Поезд с депутатами Государственной думы прибыл в Псков лишь около десяти часов вечера, составленный из одного вагона, прицепленного к тендеру паровоза. Их встречали случайные люди, был одинокий выкрик «ура», а какой-то пьяненький даже спел: «На бой крявявый, святый и прявый…» Я стоял поодаль от свиты, но уже тогда мне в голову пришла мысль, что Гучков и Шульгин – попросту самозванцы, берущие на себя право говорить от имени всего русского народа. Из вагона сначала выскочили два подозрительных солдата с винтовками, украшенные пышными красными бантами, за ними, косолапо ступая, вышел Гучков, а потом и Шульгин в котиковой шапке. Чувствовали они себя так неловко, как люди, испытывающие нужду, но стесняющиеся спросить: «А где здесь… это самое?» Почему-то думцы надеялись, что их проведут в штаб Рузского, но граф Фредерике взмахом руки указал на ярко освещённый вагон царя:

– Извольте сюда – государь давно ждёт…

Мне бы, наверное, лучше не торчать тогда на перроне, куда меня влекло обычное любопытство, ибо Гучков, проходя мимо, вдруг замер. Он узнал меня и с каким-то гадливым выражением на лице удивлённо протянул слова:

– Ах, это вы… вот где? Уже в Ставке… ладно…

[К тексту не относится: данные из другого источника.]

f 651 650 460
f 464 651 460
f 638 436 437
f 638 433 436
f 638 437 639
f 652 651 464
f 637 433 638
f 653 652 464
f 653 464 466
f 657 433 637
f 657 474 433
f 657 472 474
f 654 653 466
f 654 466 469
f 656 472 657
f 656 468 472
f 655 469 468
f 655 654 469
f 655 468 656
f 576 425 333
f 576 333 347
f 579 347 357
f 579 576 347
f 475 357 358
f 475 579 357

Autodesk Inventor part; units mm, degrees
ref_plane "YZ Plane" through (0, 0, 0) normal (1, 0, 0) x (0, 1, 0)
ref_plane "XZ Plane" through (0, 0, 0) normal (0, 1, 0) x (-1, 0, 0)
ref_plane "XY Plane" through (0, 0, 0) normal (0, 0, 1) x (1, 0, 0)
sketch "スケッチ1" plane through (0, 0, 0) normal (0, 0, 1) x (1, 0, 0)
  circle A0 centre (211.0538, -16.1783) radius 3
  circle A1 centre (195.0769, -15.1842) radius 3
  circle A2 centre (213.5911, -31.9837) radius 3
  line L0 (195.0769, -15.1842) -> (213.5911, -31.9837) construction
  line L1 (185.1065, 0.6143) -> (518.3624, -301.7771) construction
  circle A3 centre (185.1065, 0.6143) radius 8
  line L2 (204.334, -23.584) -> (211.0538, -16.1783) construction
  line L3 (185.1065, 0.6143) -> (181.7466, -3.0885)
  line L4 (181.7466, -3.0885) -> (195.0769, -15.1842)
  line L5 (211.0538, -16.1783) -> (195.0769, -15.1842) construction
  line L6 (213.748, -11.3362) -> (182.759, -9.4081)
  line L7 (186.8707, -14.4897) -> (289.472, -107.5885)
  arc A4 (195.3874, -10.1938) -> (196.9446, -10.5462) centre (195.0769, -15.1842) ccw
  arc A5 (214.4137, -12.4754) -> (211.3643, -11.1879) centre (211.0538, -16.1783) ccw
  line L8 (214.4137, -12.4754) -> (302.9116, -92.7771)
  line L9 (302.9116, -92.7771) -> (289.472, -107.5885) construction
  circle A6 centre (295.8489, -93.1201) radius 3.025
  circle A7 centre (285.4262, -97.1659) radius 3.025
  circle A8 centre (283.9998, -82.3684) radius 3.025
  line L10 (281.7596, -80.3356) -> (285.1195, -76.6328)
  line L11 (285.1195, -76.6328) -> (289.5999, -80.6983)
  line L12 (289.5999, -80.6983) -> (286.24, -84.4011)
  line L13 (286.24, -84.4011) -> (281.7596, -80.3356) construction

Сцена отречения императора описана во множестве книг, и потому нет никакого смысла повторять то, что давно всем известно. Помимо царя, в его «голубом» вагоне был министр двора Фредерике, много плакавший, генерал Рузский, слезинки не обронивший, Кирилл Нарышкин, сурово молчавший, и другие лица свиты. Я тоже имел право присутствовать при этом историческом спектакле, но Воейков приставил к дверям вагона коменданта-Гомзина, который раскинул передо мной руки:

– Александр Иваныч просил больше никого не пускать…

Я не сразу сообразил, что Гучков – на правах военного министра – уже начал распоряжаться в Ставке, как у себя дома, и мне на миг стало даже смешно от такой его прыти.

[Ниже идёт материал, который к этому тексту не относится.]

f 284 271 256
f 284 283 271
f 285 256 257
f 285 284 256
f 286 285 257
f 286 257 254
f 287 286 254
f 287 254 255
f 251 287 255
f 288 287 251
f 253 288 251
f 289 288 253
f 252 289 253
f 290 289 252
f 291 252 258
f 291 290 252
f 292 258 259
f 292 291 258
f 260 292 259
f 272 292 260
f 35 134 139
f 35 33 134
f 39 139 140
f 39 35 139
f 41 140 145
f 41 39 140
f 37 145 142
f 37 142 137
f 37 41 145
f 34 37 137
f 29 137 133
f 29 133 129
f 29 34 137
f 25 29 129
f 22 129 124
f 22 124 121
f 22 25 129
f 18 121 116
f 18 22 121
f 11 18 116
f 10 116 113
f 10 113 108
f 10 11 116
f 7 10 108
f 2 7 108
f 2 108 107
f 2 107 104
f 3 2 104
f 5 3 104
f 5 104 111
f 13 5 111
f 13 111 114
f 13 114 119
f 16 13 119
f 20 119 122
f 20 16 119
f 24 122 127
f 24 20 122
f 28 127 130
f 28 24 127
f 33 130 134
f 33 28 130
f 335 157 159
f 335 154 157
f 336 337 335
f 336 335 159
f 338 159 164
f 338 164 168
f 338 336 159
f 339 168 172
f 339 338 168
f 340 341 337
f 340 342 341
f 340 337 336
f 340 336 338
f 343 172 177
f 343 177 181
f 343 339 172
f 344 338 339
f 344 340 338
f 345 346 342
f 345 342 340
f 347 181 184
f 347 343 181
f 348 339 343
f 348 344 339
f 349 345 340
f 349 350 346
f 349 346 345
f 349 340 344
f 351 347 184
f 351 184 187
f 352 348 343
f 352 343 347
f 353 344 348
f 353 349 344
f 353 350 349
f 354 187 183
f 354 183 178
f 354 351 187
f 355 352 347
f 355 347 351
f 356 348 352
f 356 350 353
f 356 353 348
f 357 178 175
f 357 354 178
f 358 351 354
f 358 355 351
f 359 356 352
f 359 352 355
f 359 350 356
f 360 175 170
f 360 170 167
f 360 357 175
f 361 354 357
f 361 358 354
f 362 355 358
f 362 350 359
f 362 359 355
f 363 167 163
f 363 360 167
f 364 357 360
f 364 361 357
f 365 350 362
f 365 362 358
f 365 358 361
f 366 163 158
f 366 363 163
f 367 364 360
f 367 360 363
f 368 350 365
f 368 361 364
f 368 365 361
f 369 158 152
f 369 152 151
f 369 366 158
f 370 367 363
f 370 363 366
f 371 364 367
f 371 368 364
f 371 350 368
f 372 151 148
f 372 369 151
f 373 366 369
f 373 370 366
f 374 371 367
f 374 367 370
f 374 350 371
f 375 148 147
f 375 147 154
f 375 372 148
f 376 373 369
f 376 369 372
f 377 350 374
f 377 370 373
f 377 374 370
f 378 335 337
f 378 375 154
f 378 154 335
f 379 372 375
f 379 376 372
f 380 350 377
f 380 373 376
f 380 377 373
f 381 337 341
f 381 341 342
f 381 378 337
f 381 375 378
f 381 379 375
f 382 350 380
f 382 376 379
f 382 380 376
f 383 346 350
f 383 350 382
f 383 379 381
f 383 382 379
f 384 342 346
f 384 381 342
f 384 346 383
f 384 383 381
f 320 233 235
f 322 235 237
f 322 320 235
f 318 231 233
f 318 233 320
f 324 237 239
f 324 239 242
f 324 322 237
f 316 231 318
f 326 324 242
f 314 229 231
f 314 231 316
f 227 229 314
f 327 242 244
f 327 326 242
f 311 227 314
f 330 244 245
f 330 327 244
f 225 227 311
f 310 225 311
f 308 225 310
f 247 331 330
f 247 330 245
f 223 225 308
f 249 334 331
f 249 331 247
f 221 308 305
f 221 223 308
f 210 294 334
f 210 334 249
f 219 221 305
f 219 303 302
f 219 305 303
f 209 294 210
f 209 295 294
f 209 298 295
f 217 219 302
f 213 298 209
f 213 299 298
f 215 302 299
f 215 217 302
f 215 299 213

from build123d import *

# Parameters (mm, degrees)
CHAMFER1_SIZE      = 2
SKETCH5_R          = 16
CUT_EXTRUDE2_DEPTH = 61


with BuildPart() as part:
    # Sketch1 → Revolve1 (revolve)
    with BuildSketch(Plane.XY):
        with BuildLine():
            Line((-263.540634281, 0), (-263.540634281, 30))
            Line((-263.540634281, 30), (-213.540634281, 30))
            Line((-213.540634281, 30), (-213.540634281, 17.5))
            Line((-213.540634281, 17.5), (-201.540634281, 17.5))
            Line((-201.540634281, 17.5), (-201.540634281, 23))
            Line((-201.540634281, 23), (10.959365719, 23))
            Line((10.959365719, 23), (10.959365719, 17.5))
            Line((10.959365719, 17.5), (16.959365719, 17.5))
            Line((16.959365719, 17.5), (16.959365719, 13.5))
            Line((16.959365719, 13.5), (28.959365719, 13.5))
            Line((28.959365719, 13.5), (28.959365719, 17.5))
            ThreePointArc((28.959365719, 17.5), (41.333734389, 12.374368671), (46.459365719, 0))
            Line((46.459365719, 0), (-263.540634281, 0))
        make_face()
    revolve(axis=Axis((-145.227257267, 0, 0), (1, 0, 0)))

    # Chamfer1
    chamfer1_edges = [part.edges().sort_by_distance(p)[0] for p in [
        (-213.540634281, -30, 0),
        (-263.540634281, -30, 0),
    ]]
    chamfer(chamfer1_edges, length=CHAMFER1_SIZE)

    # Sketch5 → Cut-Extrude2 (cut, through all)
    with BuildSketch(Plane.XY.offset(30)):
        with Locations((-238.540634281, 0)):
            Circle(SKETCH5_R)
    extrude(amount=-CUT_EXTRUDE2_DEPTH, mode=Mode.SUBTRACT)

– Передайте Воейкову, что в одной из лавок Пскова я случайно видел обои… как раз такие, какие он искал.

С этим я удалился, но в конце спектакля всё-таки досмотрел его финальную сцену, которую великолепно разыграл Гучков после подписания царём отречения. Появясь из вагона и увидев людей, он, не сходя с тамбура, произнёс краткий спич:

– Русские люди, обнажите головы и перекреститесь, как положено православным… Только что государь-император сложил с себя тяжкое царское бремя, и отныне наша великая Русь вступает на новый путь демократического обновления…

Чёрт меня дёрнул снова попасться ему на глаза!

И опять, следуя мимо, Гучков возле меня запнулся:

– О, уже генерал-майор… быстро, быстро вы скачете! Впрочем, хвалю служебное рвение… буду вас помнить!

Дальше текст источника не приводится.